Two additional sets of proteins, the orphan set and the unknown function set were also analyzed. Based on analysis, although it is unknown whether proteins in these two sets in fact bind a small molecule ligand, more than three-quarters of these proteins have z-scores above 5 (2B), similar to what was observed for proteins taken from the LigASite database.
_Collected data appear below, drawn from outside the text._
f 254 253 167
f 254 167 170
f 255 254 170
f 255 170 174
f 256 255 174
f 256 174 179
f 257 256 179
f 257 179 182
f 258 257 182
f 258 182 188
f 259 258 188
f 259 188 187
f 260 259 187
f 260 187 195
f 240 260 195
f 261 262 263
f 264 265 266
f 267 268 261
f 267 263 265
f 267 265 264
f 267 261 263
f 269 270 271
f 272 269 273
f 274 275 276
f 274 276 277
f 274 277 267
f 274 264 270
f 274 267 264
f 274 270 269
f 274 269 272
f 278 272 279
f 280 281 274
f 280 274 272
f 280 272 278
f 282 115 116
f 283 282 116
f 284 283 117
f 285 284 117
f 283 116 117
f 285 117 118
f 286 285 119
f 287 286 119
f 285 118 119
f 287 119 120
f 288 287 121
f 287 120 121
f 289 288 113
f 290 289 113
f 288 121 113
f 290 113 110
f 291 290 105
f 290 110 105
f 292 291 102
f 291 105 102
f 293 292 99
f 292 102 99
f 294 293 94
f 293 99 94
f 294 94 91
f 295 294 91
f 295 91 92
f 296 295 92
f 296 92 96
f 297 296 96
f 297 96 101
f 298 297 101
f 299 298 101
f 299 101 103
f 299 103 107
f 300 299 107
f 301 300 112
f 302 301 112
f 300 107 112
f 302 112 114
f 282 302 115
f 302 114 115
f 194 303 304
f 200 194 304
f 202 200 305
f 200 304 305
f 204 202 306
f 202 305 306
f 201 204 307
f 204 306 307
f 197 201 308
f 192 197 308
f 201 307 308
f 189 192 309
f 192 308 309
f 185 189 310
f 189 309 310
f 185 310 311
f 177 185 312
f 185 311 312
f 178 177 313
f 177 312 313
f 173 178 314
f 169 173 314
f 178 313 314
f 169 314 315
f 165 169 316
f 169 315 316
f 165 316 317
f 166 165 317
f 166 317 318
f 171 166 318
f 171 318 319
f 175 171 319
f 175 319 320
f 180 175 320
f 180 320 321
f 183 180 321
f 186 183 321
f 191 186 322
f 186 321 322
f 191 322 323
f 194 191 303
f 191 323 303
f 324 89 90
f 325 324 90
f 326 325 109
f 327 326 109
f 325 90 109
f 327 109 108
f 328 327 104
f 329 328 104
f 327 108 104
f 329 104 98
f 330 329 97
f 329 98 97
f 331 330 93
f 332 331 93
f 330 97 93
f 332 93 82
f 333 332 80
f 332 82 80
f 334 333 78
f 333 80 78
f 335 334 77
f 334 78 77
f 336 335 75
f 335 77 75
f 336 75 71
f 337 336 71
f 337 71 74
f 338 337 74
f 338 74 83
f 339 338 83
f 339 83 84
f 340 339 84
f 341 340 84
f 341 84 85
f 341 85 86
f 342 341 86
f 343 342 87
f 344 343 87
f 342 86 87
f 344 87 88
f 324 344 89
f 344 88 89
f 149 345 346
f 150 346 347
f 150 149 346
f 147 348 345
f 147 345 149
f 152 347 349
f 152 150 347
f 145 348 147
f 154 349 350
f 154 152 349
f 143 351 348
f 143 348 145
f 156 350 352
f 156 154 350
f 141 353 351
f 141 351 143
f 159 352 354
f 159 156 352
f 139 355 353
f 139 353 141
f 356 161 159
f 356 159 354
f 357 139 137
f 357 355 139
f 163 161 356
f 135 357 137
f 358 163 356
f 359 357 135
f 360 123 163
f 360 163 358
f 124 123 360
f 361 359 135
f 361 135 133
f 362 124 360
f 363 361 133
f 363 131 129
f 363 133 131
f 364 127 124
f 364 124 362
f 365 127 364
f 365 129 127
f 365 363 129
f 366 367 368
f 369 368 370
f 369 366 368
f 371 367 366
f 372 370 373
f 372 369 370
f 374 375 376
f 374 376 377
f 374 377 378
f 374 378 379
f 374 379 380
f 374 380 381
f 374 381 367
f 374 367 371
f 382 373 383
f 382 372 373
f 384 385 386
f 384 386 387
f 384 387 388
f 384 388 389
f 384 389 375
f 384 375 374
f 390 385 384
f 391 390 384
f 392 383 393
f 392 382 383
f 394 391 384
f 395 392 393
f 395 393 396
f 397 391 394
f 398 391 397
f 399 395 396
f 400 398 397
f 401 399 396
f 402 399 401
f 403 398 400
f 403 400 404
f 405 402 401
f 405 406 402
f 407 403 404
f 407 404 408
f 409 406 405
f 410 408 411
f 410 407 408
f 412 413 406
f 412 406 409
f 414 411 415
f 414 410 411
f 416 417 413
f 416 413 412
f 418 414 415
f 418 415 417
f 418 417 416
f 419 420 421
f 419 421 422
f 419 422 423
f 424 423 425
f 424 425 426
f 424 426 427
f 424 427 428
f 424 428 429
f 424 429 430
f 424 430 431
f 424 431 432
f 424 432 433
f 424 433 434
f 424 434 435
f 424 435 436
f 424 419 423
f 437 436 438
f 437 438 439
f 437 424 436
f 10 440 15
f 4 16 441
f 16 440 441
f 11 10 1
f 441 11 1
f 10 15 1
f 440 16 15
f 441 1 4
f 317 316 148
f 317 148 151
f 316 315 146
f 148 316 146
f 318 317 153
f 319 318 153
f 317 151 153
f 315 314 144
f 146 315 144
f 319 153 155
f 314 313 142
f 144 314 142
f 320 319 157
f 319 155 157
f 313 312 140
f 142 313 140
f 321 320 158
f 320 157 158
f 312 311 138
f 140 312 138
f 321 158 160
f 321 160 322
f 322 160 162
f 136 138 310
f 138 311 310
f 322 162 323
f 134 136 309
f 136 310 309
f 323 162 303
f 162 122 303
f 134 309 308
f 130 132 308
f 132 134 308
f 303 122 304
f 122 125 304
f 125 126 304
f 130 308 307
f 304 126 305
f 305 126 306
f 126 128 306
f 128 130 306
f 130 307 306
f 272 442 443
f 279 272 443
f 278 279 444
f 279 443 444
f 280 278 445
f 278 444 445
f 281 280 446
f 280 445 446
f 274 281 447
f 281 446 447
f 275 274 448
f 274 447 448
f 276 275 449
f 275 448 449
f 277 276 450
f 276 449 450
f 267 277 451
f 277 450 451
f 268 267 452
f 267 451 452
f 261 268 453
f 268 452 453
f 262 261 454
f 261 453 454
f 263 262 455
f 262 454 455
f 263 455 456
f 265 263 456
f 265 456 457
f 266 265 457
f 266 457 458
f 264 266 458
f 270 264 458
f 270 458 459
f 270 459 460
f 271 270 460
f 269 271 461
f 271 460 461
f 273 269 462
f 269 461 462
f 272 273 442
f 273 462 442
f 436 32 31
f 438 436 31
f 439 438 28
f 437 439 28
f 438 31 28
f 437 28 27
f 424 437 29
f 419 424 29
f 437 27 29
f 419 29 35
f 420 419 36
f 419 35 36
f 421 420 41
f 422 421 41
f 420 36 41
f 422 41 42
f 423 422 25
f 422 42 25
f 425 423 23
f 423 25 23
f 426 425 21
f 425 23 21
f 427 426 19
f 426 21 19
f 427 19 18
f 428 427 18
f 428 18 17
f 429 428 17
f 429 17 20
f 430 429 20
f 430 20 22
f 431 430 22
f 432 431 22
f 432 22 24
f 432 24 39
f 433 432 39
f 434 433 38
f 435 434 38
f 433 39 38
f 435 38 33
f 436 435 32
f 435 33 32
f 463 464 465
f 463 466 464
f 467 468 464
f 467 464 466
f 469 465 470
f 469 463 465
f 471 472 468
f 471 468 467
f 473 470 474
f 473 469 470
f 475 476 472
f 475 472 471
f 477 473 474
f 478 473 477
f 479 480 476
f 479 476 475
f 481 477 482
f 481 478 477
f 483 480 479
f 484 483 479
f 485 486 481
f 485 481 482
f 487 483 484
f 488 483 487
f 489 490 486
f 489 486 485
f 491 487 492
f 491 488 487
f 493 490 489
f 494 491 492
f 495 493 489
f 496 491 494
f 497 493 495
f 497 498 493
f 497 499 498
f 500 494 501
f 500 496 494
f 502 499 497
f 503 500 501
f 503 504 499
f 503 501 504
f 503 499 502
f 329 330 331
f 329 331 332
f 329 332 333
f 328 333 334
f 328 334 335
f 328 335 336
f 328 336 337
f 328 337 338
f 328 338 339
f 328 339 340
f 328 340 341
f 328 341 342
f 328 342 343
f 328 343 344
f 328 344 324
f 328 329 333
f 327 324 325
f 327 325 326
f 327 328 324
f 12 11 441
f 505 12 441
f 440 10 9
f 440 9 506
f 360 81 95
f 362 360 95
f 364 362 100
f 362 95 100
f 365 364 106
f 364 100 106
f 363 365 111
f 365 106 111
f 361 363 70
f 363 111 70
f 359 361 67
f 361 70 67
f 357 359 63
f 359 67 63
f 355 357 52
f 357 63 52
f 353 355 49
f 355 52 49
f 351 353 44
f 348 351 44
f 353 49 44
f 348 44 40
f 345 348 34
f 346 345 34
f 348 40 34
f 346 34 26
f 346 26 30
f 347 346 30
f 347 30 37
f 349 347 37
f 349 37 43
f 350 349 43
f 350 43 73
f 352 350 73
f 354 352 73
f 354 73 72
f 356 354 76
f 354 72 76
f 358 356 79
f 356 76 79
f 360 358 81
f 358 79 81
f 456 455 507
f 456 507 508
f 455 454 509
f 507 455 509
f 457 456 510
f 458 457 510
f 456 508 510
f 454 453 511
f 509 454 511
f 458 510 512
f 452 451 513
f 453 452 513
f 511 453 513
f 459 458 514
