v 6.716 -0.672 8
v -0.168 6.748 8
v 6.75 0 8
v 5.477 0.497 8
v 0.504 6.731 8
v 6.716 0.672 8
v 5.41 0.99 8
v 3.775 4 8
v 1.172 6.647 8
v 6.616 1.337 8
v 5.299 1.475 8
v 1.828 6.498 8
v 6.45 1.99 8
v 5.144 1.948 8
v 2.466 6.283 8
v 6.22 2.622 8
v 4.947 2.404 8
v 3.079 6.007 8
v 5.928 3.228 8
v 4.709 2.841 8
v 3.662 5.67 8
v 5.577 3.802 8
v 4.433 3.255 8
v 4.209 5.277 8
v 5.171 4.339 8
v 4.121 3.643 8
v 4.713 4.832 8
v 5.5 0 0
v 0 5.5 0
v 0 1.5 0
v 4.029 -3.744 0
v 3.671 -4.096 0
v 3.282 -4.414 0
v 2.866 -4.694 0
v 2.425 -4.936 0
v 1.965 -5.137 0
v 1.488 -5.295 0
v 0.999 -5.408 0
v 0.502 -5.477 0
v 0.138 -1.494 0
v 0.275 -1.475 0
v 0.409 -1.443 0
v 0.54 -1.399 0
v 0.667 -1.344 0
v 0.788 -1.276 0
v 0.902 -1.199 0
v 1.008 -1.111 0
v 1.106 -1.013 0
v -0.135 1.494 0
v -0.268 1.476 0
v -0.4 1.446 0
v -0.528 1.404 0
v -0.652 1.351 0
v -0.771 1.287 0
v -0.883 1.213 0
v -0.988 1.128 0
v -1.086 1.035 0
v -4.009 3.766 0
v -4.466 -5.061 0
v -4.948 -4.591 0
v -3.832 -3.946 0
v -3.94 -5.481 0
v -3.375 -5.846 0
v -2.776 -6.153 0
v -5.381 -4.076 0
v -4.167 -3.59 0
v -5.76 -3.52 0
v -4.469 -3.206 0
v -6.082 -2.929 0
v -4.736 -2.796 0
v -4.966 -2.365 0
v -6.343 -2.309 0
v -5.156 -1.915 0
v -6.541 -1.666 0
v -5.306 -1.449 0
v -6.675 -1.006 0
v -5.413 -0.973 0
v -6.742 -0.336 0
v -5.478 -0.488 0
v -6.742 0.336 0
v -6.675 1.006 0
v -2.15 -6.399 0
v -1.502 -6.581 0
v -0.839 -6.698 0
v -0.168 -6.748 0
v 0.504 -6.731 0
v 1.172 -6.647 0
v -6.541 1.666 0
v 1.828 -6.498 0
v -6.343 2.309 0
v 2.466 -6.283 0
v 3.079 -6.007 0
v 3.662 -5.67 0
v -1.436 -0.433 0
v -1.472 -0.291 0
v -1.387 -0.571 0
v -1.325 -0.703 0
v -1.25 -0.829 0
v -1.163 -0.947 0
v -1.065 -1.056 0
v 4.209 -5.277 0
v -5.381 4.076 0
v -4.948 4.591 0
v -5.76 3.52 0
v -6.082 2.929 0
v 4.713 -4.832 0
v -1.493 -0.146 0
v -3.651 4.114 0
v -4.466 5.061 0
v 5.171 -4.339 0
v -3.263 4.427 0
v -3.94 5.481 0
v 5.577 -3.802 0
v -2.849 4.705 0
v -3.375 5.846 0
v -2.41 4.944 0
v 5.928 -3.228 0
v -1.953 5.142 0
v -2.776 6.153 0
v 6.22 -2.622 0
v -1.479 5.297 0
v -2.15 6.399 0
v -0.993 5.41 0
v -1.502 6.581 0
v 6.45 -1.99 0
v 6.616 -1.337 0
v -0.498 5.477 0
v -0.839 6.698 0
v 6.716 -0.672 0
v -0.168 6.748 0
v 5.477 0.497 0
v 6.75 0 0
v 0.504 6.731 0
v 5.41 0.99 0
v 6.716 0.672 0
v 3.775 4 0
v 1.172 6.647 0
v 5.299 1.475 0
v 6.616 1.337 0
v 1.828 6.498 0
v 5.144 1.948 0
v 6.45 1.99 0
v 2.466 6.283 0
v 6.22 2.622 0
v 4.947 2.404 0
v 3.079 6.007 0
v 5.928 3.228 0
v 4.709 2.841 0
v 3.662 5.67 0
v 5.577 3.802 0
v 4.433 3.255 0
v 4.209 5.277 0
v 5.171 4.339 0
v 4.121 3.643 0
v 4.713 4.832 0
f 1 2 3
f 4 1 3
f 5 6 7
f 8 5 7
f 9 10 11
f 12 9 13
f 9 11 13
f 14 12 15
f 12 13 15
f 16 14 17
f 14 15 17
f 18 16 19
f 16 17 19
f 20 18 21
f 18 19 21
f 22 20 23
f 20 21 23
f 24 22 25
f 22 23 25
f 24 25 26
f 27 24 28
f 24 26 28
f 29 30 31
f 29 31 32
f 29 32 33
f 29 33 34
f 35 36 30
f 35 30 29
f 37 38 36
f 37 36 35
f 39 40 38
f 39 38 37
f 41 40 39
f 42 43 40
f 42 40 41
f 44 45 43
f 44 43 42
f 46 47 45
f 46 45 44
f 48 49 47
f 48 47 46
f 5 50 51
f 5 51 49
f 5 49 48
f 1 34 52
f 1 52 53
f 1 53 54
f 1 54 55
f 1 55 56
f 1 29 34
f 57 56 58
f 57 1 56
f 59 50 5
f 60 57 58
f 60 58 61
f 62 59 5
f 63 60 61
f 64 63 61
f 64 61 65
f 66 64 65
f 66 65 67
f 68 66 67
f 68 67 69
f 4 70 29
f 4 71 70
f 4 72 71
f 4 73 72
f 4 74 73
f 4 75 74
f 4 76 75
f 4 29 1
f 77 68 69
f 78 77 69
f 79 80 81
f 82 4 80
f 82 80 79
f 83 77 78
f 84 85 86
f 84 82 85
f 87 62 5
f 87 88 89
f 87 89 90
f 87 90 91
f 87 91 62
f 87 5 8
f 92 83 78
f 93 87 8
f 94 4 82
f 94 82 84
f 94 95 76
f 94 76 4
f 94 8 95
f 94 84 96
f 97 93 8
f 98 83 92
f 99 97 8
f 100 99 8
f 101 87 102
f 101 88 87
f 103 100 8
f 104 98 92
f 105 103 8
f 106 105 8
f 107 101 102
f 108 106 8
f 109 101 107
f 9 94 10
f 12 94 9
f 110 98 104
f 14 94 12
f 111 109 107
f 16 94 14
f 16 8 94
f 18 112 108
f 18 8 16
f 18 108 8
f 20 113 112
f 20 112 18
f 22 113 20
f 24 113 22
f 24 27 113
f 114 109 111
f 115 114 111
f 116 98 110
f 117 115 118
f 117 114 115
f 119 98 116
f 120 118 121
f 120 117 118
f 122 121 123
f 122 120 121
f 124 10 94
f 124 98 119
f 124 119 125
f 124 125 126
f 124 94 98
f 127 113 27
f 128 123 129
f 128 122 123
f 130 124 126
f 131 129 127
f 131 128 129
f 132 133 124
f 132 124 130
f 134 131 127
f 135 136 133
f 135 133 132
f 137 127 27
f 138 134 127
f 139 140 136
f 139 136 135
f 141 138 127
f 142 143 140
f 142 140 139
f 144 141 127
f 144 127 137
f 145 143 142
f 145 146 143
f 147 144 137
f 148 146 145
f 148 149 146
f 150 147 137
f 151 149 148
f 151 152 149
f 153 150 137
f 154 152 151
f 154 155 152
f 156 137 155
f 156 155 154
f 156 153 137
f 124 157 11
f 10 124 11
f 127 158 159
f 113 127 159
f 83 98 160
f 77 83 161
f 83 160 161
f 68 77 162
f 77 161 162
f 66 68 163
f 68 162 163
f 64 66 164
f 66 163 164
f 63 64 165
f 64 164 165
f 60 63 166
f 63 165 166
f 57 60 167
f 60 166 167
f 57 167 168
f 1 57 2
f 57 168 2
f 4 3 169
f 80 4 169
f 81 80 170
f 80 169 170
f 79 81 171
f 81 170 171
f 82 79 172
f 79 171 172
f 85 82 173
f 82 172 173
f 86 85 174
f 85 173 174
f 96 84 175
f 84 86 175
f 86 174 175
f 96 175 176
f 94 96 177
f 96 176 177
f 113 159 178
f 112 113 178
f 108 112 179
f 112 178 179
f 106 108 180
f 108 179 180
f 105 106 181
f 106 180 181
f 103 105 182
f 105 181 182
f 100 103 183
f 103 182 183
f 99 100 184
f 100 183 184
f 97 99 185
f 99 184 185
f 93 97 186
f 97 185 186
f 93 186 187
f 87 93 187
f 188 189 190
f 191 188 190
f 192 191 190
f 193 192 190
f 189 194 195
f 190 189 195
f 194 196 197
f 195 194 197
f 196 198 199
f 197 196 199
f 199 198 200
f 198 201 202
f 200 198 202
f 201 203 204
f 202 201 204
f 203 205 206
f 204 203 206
This degree of conservation indicates that for most ligand-binding query proteins there can be other structurally similar proteins that can bind their ligands in roughly the same geometric location and that it is reasonable to expect that an accurate binding-site prediction can be made for arbitrary query proteins.

To evaluate the performance of the disclosed systems and methods, the list of predicted interfacial residues for each query protein were sorted based on the disclosed systems and methods score and precision and recall were calculated for a number of residues corresponding to half the number of contacting residues in the actual binding site (for example, if a particular query protein has a binding site including of 10 residues, we calculate precision and recall for the top 5 predictions). It should be understood that Precision and recall are statistical measures of the quality of prediction.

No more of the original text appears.